EXERCISE GOAL |
From the first line onward, reproduce the records exactly; the final line to include is the one holding "v -18.812 -1.569 2".

*** DATASET EXTRACT ***

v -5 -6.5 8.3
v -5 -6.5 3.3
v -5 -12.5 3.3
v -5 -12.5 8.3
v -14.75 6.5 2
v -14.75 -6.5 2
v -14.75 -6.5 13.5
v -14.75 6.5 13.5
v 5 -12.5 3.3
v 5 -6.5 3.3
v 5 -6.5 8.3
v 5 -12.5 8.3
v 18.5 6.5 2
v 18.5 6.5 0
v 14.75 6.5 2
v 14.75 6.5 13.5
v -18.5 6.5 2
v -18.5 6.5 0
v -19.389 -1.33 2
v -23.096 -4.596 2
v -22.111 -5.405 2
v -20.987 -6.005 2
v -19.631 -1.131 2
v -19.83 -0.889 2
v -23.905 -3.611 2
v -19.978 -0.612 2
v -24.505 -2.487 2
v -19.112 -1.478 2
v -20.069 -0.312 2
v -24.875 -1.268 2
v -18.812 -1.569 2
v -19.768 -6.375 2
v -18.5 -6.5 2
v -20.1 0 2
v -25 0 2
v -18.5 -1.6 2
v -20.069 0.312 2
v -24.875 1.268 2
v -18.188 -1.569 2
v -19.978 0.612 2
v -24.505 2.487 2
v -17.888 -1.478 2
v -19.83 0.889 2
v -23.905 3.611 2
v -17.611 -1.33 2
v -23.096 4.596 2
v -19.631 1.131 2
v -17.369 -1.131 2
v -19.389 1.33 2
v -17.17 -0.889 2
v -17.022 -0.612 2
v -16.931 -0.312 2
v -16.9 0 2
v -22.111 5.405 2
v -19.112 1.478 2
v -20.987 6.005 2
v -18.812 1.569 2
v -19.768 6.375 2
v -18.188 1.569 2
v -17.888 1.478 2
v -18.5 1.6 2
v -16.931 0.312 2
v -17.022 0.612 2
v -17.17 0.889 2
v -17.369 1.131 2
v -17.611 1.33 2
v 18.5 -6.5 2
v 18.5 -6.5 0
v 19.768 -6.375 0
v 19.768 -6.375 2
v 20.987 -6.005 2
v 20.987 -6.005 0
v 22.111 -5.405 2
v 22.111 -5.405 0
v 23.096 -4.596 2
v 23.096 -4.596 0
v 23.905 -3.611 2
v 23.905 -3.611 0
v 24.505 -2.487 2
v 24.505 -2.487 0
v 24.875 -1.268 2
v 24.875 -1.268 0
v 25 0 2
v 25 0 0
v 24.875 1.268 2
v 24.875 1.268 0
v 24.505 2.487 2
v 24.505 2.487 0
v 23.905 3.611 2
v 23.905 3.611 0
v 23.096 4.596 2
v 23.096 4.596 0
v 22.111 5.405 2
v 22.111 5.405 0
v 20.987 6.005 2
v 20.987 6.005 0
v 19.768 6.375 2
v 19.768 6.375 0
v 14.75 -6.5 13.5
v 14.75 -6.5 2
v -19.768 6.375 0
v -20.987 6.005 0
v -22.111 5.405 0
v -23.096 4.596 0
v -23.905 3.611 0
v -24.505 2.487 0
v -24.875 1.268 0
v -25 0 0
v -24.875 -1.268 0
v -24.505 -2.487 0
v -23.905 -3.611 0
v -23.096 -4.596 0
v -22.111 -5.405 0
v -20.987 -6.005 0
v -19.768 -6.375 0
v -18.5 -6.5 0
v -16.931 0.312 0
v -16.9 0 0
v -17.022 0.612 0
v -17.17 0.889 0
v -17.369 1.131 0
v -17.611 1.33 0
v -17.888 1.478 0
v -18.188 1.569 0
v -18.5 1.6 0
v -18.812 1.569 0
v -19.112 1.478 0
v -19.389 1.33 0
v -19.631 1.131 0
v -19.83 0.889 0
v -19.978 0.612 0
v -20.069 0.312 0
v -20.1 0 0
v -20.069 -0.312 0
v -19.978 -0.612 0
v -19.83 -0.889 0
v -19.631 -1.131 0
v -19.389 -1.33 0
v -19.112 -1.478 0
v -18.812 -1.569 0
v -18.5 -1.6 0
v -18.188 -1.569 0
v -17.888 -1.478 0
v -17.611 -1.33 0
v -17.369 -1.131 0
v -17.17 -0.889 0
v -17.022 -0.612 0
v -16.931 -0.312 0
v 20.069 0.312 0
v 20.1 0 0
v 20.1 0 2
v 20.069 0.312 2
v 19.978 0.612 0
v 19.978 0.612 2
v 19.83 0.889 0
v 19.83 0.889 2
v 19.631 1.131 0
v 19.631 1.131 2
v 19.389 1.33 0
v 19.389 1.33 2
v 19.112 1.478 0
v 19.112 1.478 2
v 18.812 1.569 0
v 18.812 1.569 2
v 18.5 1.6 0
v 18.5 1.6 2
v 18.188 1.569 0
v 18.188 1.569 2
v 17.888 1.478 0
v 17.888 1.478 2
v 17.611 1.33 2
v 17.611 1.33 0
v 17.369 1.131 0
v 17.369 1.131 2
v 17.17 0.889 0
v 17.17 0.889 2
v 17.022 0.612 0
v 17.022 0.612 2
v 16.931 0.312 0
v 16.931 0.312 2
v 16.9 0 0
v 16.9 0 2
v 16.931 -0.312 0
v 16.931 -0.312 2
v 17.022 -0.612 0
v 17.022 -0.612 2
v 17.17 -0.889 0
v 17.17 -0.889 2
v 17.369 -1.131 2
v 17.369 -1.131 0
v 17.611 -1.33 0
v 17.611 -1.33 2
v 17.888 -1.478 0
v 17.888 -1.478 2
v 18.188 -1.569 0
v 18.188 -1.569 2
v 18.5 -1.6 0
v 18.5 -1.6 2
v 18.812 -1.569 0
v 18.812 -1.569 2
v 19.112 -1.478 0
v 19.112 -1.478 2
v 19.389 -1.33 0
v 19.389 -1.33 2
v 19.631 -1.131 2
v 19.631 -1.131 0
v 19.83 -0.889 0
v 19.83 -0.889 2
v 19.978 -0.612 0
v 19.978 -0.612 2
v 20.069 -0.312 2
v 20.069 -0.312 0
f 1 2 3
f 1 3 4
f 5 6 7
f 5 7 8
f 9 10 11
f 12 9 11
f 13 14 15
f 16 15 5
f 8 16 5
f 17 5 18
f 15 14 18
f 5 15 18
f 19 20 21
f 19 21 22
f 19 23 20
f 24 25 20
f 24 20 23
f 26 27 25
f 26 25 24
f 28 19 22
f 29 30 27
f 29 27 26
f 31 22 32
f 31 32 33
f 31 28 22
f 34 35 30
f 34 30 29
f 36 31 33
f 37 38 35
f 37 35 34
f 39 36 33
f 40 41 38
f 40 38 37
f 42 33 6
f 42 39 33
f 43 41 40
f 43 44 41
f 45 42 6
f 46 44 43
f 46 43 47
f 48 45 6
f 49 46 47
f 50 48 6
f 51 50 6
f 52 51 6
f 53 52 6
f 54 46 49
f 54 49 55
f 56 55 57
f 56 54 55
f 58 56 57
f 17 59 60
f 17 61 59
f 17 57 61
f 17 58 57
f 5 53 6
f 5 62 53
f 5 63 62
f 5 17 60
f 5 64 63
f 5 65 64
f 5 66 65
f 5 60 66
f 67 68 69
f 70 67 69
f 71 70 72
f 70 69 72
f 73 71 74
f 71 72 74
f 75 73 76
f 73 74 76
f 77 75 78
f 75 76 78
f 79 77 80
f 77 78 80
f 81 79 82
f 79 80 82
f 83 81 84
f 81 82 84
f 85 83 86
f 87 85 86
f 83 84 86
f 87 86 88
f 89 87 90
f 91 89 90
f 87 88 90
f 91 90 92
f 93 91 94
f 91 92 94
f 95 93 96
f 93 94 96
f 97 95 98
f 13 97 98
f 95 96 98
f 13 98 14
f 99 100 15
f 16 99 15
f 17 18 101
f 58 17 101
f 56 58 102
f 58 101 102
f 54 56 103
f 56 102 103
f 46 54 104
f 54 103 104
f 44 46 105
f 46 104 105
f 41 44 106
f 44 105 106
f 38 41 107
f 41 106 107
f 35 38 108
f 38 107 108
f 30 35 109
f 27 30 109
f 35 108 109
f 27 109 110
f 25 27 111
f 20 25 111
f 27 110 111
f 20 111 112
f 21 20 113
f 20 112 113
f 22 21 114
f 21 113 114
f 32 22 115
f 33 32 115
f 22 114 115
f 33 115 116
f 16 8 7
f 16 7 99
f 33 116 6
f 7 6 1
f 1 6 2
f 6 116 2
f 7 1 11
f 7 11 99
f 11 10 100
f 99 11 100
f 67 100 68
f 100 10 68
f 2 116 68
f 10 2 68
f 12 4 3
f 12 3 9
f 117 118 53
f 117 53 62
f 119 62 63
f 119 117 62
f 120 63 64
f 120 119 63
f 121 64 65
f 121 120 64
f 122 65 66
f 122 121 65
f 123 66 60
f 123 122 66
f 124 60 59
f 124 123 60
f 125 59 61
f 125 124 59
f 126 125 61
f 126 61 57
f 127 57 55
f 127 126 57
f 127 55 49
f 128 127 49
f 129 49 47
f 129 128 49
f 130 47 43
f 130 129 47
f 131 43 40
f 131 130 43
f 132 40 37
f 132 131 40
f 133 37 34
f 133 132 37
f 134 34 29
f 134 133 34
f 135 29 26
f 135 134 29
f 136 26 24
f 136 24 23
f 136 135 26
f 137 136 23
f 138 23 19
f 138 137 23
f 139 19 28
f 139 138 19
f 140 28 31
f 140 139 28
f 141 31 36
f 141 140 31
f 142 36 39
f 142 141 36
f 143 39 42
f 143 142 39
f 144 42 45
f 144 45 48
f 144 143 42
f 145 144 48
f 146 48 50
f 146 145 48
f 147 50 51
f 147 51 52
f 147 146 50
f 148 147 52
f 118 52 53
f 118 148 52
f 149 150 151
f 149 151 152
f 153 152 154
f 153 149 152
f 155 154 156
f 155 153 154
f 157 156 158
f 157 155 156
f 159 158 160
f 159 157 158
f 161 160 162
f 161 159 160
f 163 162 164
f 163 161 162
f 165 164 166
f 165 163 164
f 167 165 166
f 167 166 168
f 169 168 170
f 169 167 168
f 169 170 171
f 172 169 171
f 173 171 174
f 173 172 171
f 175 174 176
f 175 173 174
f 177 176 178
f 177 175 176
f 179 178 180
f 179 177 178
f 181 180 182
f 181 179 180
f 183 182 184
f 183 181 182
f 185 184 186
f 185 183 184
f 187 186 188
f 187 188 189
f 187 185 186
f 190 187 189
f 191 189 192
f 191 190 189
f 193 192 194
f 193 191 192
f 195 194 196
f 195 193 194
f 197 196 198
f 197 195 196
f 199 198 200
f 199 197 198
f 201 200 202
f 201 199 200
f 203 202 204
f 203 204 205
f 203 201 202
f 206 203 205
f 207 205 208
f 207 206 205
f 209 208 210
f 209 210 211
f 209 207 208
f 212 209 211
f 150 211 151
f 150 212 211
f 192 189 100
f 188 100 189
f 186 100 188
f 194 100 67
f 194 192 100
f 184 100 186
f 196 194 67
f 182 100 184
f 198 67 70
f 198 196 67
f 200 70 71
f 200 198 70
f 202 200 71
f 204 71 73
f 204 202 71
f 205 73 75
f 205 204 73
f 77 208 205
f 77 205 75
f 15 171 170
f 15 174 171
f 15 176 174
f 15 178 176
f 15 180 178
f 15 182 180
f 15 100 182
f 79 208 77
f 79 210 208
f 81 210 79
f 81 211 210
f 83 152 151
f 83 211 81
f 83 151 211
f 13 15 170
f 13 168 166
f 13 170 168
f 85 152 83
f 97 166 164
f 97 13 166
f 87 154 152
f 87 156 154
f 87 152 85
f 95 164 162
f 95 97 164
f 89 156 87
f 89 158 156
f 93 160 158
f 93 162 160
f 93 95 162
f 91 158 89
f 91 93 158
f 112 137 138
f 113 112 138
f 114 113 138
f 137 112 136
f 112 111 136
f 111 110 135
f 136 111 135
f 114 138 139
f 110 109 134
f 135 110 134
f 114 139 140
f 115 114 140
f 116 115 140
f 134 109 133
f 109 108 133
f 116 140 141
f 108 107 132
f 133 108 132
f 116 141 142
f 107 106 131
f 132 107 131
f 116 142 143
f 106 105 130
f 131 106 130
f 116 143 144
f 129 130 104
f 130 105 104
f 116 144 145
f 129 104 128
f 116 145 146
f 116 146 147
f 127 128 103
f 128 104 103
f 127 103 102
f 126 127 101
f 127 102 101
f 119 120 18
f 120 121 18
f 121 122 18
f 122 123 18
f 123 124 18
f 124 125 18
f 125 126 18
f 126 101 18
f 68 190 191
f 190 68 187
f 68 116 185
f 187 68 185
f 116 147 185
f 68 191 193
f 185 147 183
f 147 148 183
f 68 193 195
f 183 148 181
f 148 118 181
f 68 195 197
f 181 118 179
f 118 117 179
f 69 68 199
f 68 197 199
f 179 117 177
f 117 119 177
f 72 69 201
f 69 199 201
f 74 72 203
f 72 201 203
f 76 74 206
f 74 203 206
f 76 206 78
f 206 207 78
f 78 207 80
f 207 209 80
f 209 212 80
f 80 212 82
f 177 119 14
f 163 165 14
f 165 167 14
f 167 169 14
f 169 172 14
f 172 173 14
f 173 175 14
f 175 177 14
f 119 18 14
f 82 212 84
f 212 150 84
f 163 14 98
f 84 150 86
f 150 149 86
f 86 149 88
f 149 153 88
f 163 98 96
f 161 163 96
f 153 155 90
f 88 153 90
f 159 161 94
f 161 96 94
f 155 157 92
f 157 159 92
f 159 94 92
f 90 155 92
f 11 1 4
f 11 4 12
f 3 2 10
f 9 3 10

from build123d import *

# Parameters (mm, degrees)
ESQUISSE1_R      = 1.6
EXTRUSION1_DEPTH = 2
ESQUISSE2_W      = 29.5
ESQUISSE2_H      = 13
EXTRUSION2_DEPTH = 11.5
ESQUISSE3_W      = 10
ESQUISSE3_H      = 5
EXTRUSION3_DEPTH = 6


with BuildPart() as part:
    # Esquisse1 → Extrusion1 (new body)
    with BuildSketch(Plane.XY):
        with BuildLine():
            Line((-18.5, -6.5), (18.5, -6.5))
            ThreePointArc((18.5, -6.5), (25, 0), (18.5, 6.5))
            Line((18.5, 6.5), (-18.5, 6.5))
            ThreePointArc((-18.5, 6.5), (-25, 0), (-18.5, -6.5))
        make_face()
        with Locations((-18.5, 0)):
            Circle(ESQUISSE1_R, mode=Mode.SUBTRACT)
        with Locations((18.5, 0)):
            Circle(ESQUISSE1_R, mode=Mode.SUBTRACT)
    extrude(amount=EXTRUSION1_DEPTH)

    # Esquisse2 → Extrusion2 (add)
    with BuildSketch(Plane.XY.offset(2)):
        Rectangle(ESQUISSE2_W, ESQUISSE2_H)
    extrude(amount=EXTRUSION2_DEPTH)

    # Esquisse3 → Extrusion3 (add)
    with BuildSketch(Plane.XZ.offset(6.5)):
        with Locations((0, 5.8)):
            Rectangle(ESQUISSE3_W, ESQUISSE3_H)
    extrude(amount=EXTRUSION3_DEPTH)


solid = part.part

*** End of DATASET EXTRACT ***

ANSWER TO THIS TASK |
v -5 -6.5 8.3
v -5 -6.5 3.3
v -5 -12.5 3.3
v -5 -12.5 8.3
v -14.75 6.5 2
v -14.75 -6.5 2
v -14.75 -6.5 13.5
v -14.75 6.5 13.5
v 5 -12.5 3.3
v 5 -6.5 3.3
v 5 -6.5 8.3
v 5 -12.5 8.3
v 18.5 6.5 2
v 18.5 6.5 0
v 14.75 6.5 2
v 14.75 6.5 13.5
v -18.5 6.5 2
v -18.5 6.5 0
v -19.389 -1.33 2
v -23.096 -4.596 2
v -22.111 -5.405 2
v -20.987 -6.005 2
v -19.631 -1.131 2
v -19.83 -0.889 2
v -23.905 -3.611 2
v -19.978 -0.612 2
v -24.505 -2.487 2
v -19.112 -1.478 2
v -20.069 -0.312 2
v -24.875 -1.268 2
v -18.812 -1.569 2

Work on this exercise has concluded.